Я попыталась представить себе, каково это – жить, не умея плакать, но не смогла и сдалась. Я попыталась сложить в связную картину, все, что знала – из дневника, и из тех слов, какие Соль сказал мне только что, – но поняла, что трагическая финальная мозаика не складывается. Соль прожил в своей стае довольно долго, волки сумели раздвинуть с его помощью границы тумана и вернуть жизнь в оскудевшую почву. Но потом... произошло нечто, из-за чего туманная граница была разрушена, а вампиры прорвались на территорию стаи и уничтожили род Волчицы почти целиком. На последнем наброске с участием волков изображен огромный кедр, в корнях которого старый лохматый старик роет яму одной рукой. Справа от него, на переднем плане, лежит закутанная в косматую шкуру женщина: худые ноги ее изранены, кое-где из-под лопнувшей кожи проступают мышцы и кости, а левая рука изогнута под странным углом. В кулаке другой руки женщина сжимает за волосы длинную змеиную голову: пусть ничего, кроме головы нет, морщинистые веки монстра приоткрыты, а щель острозубого рта оскалена в ухмылке. Лица женщины не видно: она лежит на боку, голова запрокинута, вверх торчит острый подбородок; но совершенно ясно, что она мертва – на горле ее четко проступают следы от пальцев.

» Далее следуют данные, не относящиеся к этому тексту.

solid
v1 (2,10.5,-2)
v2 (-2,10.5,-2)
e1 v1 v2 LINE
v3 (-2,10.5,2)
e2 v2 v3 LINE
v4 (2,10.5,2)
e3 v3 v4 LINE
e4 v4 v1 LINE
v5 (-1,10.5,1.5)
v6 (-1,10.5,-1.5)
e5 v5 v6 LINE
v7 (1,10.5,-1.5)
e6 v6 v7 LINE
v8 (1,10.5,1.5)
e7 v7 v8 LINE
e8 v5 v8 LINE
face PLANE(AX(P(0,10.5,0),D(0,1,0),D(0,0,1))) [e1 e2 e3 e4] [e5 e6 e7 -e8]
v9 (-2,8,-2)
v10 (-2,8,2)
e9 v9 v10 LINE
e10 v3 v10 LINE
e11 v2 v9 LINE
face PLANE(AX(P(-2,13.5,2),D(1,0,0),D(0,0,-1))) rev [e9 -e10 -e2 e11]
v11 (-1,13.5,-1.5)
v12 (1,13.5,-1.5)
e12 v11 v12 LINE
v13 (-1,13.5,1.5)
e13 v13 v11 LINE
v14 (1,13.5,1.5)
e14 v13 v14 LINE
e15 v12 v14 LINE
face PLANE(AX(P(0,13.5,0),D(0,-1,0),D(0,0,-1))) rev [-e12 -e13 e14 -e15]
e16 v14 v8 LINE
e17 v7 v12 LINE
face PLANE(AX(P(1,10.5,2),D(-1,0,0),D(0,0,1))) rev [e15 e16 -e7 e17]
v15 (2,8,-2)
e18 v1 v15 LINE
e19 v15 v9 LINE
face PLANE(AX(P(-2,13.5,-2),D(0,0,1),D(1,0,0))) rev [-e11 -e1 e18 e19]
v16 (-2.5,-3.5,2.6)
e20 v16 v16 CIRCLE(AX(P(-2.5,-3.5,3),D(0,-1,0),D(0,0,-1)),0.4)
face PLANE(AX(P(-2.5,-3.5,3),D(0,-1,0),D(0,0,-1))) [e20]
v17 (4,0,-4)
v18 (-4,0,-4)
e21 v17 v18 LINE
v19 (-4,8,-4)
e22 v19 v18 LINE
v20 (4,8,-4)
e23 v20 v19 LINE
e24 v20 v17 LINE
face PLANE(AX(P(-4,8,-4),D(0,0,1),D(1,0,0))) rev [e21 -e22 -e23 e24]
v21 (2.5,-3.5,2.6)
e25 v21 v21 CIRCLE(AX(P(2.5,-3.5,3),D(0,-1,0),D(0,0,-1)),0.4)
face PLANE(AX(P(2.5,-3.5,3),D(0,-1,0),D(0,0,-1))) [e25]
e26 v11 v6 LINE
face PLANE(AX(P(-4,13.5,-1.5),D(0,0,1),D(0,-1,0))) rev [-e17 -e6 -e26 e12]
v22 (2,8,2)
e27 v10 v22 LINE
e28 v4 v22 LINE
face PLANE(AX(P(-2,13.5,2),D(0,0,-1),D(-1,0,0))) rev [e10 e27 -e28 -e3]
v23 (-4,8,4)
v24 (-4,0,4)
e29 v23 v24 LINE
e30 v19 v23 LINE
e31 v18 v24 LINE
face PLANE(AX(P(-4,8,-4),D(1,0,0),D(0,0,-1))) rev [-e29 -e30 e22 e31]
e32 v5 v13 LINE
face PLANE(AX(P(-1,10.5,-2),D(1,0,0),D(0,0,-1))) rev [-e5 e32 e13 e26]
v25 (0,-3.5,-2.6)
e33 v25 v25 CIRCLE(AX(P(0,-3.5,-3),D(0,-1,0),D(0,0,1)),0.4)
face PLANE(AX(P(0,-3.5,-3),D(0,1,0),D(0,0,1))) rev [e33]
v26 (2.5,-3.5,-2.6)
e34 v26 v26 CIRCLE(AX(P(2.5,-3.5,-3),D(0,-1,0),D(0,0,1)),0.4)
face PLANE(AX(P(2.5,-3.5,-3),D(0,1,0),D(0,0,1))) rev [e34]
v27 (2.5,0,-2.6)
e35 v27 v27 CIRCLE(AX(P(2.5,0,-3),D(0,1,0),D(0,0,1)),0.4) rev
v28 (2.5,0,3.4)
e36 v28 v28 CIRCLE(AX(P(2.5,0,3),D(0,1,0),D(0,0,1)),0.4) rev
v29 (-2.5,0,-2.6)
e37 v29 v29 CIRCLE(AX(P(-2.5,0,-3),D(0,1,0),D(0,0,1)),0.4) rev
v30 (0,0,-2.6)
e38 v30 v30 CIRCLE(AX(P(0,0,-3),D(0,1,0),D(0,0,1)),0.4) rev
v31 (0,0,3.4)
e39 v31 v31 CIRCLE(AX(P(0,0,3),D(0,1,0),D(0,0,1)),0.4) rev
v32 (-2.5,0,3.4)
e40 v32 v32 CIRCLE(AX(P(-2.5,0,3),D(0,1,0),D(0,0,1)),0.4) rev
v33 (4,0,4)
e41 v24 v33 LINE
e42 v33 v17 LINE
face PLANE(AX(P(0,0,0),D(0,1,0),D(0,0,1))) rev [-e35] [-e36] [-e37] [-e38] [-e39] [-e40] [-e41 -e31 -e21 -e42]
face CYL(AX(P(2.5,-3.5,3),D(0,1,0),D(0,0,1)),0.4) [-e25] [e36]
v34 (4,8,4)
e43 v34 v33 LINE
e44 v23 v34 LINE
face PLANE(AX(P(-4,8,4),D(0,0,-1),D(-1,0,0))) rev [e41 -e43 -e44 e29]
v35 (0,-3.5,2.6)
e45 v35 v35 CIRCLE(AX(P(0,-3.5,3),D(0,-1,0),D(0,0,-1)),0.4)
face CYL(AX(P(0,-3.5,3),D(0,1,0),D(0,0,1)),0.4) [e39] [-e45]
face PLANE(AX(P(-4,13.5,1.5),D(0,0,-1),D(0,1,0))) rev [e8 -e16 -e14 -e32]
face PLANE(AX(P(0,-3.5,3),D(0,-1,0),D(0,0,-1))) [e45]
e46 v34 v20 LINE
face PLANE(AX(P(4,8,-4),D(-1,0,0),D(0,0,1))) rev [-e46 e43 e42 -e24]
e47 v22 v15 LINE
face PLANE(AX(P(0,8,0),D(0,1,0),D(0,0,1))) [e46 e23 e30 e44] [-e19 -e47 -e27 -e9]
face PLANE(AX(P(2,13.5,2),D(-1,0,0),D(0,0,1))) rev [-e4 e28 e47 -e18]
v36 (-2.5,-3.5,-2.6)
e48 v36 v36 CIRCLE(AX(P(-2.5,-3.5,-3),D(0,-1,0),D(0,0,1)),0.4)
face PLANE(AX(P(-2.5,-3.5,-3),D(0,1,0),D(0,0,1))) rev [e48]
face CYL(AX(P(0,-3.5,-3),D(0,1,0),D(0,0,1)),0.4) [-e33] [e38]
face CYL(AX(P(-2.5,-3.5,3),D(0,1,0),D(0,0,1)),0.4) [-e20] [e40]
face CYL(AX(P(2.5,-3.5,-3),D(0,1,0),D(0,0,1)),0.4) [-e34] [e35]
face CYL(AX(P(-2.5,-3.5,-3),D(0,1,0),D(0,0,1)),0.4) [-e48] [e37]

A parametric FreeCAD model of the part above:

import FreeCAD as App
import Part
import Sketcher

V = App.Vector

doc = App.newDocument("Part")
body = doc.addObject("PartDesign::Body", "Body")

sketch1 = doc.addObject("Sketcher::SketchObject", "Sketch")
body.addObject(sketch1)
sketch1.AttachmentSupport = (doc.XZ_Plane, [""])
sketch1.MapMode = "FlatFace"
sketch1.addGeometry([
    Part.LineSegment(V(-4, -4, 0), V(-4, 4, 0)),
    Part.LineSegment(V(-4, 4, 0), V(4, 4, 0)),
    Part.LineSegment(V(4, 4, 0), V(4, -4, 0)),
    Part.LineSegment(V(4, -4, 0), V(-4, -4, 0)),
], False)
sketch1.addConstraint([
    Sketcher.Constraint("Coincident", 0, 2, 1, 1),
    Sketcher.Constraint("Coincident", 1, 2, 2, 1),
    Sketcher.Constraint("Coincident", 2, 2, 3, 1),
    Sketcher.Constraint("Coincident", 3, 2, 0, 1),
    Sketcher.Constraint("Vertical", 0),
    Sketcher.Constraint("Horizontal", 1),
    Sketcher.Constraint("Vertical", 2),
    Sketcher.Constraint("Horizontal", 3),
    Sketcher.Constraint("Symmetric", 0, 2, 2, 2, -1, 1),
    Sketcher.Constraint("Equal", 3, 0),
    Sketcher.Constraint("DistanceX", 1, 1, 1, 2, 8.0),
])
pad1 = doc.addObject("PartDesign::Pad", "Pad")
body.addObject(pad1)
pad1.Profile = sketch1
pad1.Length = 8
pad1.Reversed = True

sketch2 = doc.addObject("Sketcher::SketchObject", "Sketch001")
body.addObject(sketch2)
sketch2.AttachmentSupport = (doc.XZ_Plane, [""])
sketch2.MapMode = "FlatFace"
sketch2.AttachmentOffset = App.Placement(V(0, 0, -8), App.Rotation())
sketch2.addGeometry([
    Part.LineSegment(V(-2, -2, 0), V(-2, 2, 0)),
    Part.LineSegment(V(-2, 2, 0), V(2, 2, 0)),
    Part.LineSegment(V(2, 2, 0), V(2, -2, 0)),
    Part.LineSegment(V(2, -2, 0), V(-2, -2, 0)),
], False)
sketch2.addConstraint([
    Sketcher.Constraint("Coincident", 0, 2, 1, 1),
    Sketcher.Constraint("Coincident", 1, 2, 2, 1),
    Sketcher.Constraint("Coincident", 2, 2, 3, 1),
    Sketcher.Constraint("Coincident", 3, 2, 0, 1),
    Sketcher.Constraint("Vertical", 0),
    Sketcher.Constraint("Horizontal", 1),
    Sketcher.Constraint("Vertical", 2),
    Sketcher.Constraint("Horizontal", 3),
    Sketcher.Constraint("Symmetric", 0, 2, 2, 2, -1, 1),
    Sketcher.Constraint("Equal", 3, 0),
    Sketcher.Constraint("DistanceX", 1, 1, 1, 2, 4.0),
])
pad2 = doc.addObject("PartDesign::Pad", "Pad001")
body.addObject(pad2)
pad2.Profile = sketch2
pad2.Length = 5.5
pad2.Reversed = True

sketch3 = doc.addObject("Sketcher::SketchObject", "Sketch002")
body.addObject(sketch3)
sketch3.AttachmentSupport = (doc.XZ_Plane, [""])
sketch3.MapMode = "FlatFace"
sketch3.addGeometry([
    Part.Circle(V(0, 3, 0), V(0, 0, 1), 0.4),
    Part.Circle(V(-2.5, 3, 0), V(0, 0, 1), 0.4),
    Part.Circle(V(2.5, 3, 0), V(0, 0, 1), 0.4),
    Part.Circle(V(2.5, -3, 0), V(0, 0, 1), 0.4),
    Part.Circle(V(-2.5, -3, 0), V(0, 0, 1), 0.4),
    Part.Circle(V(0, -3, 0), V(0, 0, 1), 0.4),
], False)
sketch3.addConstraint([
    Sketcher.Constraint("Equal", 0, 1),
    Sketcher.Constraint("Equal", 1, 2),
    Sketcher.Constraint("Equal", 2, 3),
    Sketcher.Constraint("Equal", 3, 4),
    Sketcher.Constraint("Equal", 4, 5),
    Sketcher.Constraint("Symmetric", 1, 3, 3, 3, -1, 1),
    Sketcher.Constraint("Symmetric", 2, 3, 4, 3, -1, 1),
    Sketcher.Constraint("Symmetric", 0, 3, 5, 3, -1, 1),
    Sketcher.Constraint("Symmetric", 1, 3, 2, 3, -2),
    Sketcher.Constraint("PointOnObject", 0, 3, -2),
    Sketcher.Constraint("Horizontal", 0, 3, 1, 3),
    Sketcher.Constraint("Diameter", 0, 0.8),
    Sketcher.Constraint("DistanceY", -1, 1, 0, 3, 3.0),
    Sketcher.Constraint("DistanceX", 1, 3, 2, 3, 5.0),
])
pad3 = doc.addObject("PartDesign::Pad", "Pad002")
body.addObject(pad3)
pad3.Profile = sketch3
pad3.Length = 3.5

sketch4 = doc.addObject("Sketcher::SketchObject", "Sketch003")
body.addObject(sketch4)
sketch4.AttachmentSupport = (doc.XZ_Plane, [""])
sketch4.MapMode = "FlatFace"
sketch4.AttachmentOffset = App.Placement(V(0, 0, -13.5), App.Rotation())
sketch4.addGeometry([
    Part.LineSegment(V(-2, -2, 0), V(-2, 2, 0)),
    Part.LineSegment(V(-2, 2, 0), V(-1, 2, 0)),
    Part.LineSegment(V(-1, 2, 0), V(-1, -2, 0)),
    Part.LineSegment(V(-1, -2, 0), V(-2, -2, 0)),
    Part.LineSegment(V(1, -2, 0), V(1, 2, 0)),
    Part.LineSegment(V(1, 2, 0), V(2, 2, 0)),
    Part.LineSegment(V(2, 2, 0), V(2, -2, 0)),
    Part.LineSegment(V(2, -2, 0), V(1, -2, 0)),
], False)
sketch4.addConstraint([
    Sketcher.Constraint("Coincident", 0, 2, 1, 1),
    Sketcher.Constraint("Coincident", 1, 2, 2, 1),
    Sketcher.Constraint("Coincident", 2, 2, 3, 1),
    Sketcher.Constraint("Coincident", 3, 2, 0, 1),
    Sketcher.Constraint("Coincident", 4, 2, 5, 1),
    Sketcher.Constraint("Coincident", 5, 2, 6, 1),
    Sketcher.Constraint("Coincident", 6, 2, 7, 1),
    Sketcher.Constraint("Coincident", 7, 2, 4, 1),
    Sketcher.Constraint("Vertical", 0),
    Sketcher.Constraint("Horizontal", 1),
    Sketcher.Constraint("Vertical", 2),
    Sketcher.Constraint("Horizontal", 3),
    Sketcher.Constraint("Vertical", 4),
    Sketcher.Constraint("Horizontal", 5),
    Sketcher.Constraint("Vertical", 6),
    Sketcher.Constraint("Horizontal", 7),
    Sketcher.Constraint("Symmetric", 2, 2, 4, 2, -1, 1),
    Sketcher.Constraint("Symmetric", 0, 2, 6, 2, -1, 1),
    Sketcher.Constraint("Horizontal", 1, 2, 4, 2),
    Sketcher.Constraint("DistanceX", 1, 1, 1, 2, 1.0),
    Sketcher.Constraint("DistanceY", 0, 1, 0, 2, 4.0),
    Sketcher.Constraint("DistanceX", 0, 2, -1, 1, 2.0),
])
pocket1 = doc.addObject("PartDesign::Pocket", "Pocket")
body.addObject(pocket1)
pocket1.Profile = sketch4
pocket1.Length = 3
pocket1.Reversed = True

sketch5 = doc.addObject("Sketcher::SketchObject", "Sketch004")
body.addObject(sketch5)
sketch5.AttachmentSupport = (doc.YZ_Plane, [""])
sketch5.MapMode = "FlatFace"
sketch5.addGeometry([
    Part.LineSegment(V(13.5, 2, 0), V(10.5, 2, 0)),
    Part.LineSegment(V(10.5, 2, 0), V(10.5, 1.5, 0)),
    Part.LineSegment(V(10.5, 1.5, 0), V(13.5, 1.5, 0)),
    Part.LineSegment(V(13.5, 1.5, 0), V(13.5, 2, 0)),
    Part.LineSegment(V(13.5, -1.5, 0), V(10.5, -1.5, 0)),
    Part.LineSegment(V(10.5, -1.5, 0), V(10.5, -2, 0)),
    Part.LineSegment(V(10.5, -2, 0), V(13.5, -2, 0)),
    Part.LineSegment(V(13.5, -2, 0), V(13.5, -1.5, 0)),
], False)
sketch5.addConstraint([
    Sketcher.Constraint("Coincident", 0, 2, 1, 1),
    Sketcher.Constraint("Coincident", 1, 2, 2, 1),
    Sketcher.Constraint("Coincident", 2, 2, 3, 1),
    Sketcher.Constraint("Coincident", 3, 2, 0, 1),
    Sketcher.Constraint("Coincident", 4, 2, 5, 1),
    Sketcher.Constraint("Coincident", 5, 2, 6, 1),
    Sketcher.Constraint("Coincident", 6, 2, 7, 1),
    Sketcher.Constraint("Coincident", 7, 2, 4, 1),
    Sketcher.Constraint("Horizontal", 0),
    Sketcher.Constraint("Vertical", 1),
    Sketcher.Constraint("Horizontal", 2),
    Sketcher.Constraint("Vertical", 3),
    Sketcher.Constraint("Horizontal", 4),
    Sketcher.Constraint("Vertical", 5),
    Sketcher.Constraint("Horizontal", 6),
    Sketcher.Constraint("Vertical", 7),
    Sketcher.Constraint("Symmetric", 1, 2, 4, 2, -1),
    Sketcher.Constraint("Symmetric", 3, 2, 6, 2, -1),
    Sketcher.Constraint("DistanceX", 0, 2, 0, 1, 3.0),
    Sketcher.Constraint("DistanceY", 1, 2, 1, 1, 0.5),
    Sketcher.Constraint("DistanceY", -1, 1, 0, 2, 2.0),
    Sketcher.Constraint("DistanceX", -1, 1, 0, 2, 10.5),
])
pocket2 = doc.addObject("PartDesign::Pocket", "Pocket001")
body.addObject(pocket2)
pocket2.Profile = sketch5
pocket2.Type = "ThroughAll"
pocket2.Midplane = True

doc.recompute()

В левом углу рисунка, из-за кедрового ствола, робко выглядывает человек: плечо его прижато к морщинистой коре, волосы всклокочены, на лице – впервые – огромные глаза и сжатые в ниточку губы. Это Соль, и, хотя изображен он в манере газетных картинок – только глаза и рот, сейчас, после всех подсказок, мне это очевидно. Он смотрит на закутанную в шкуру мертвую женщину и, кажется, кричит, хотя губы его плотно сжаты. «Единственная, в этом мире и в том, жрица», – передернув плечами, вспоминаю я его слова, и тут же думаю, сама себе удивляясь: а как же донна? Донна, которая его прикрывает, донна, которая ему помогает, донна, которая отправляет его в столицу с Лучезарным доном Августом, признаваясь при этом: «...Видят боги – я не хочу тебя отпускать». Твоя Волчица, Соль, была превосходной жрицей, возможно, первой и единственной жрицей для тебя, но она умерла, ты сам похоронил ее, и неужели теперь ты не замечаешь другой женщины, для которой, быть может, первым и единственным стал ты? Неужели ты настолько стар, что живешь одним только прошлым, и мертвые для тебя дороже живых?!
– Расскажи мне, Соль, – мягко попросила я, и он опустил руки, послушно взглядывая мне в глаза своим пронзительным стариковским взглядом, – расскажи, как она умерла, твоя жрица?
«Расскажи, и я смогу решить, что мне с полученным знанием делать».
10.
"Не зная, от чего и как, он дал обещание спасать, и жил в стае, собирая с тумана гнойные плоды скверны каждое новолуние. Явилась зима, и три семьи сошлись на берегу незамерзающей горной реки, чтобы вместе скоротать морозное время. Как Волчица и обещала, пришла пора показывать бога соседям. «Они не будут приветливы», – предупредила она, когда они втроем с шаманом шли от общего стойбища в один из укромных прибрежных гротов, где при свете костра дожидались их появления вожаки других стай.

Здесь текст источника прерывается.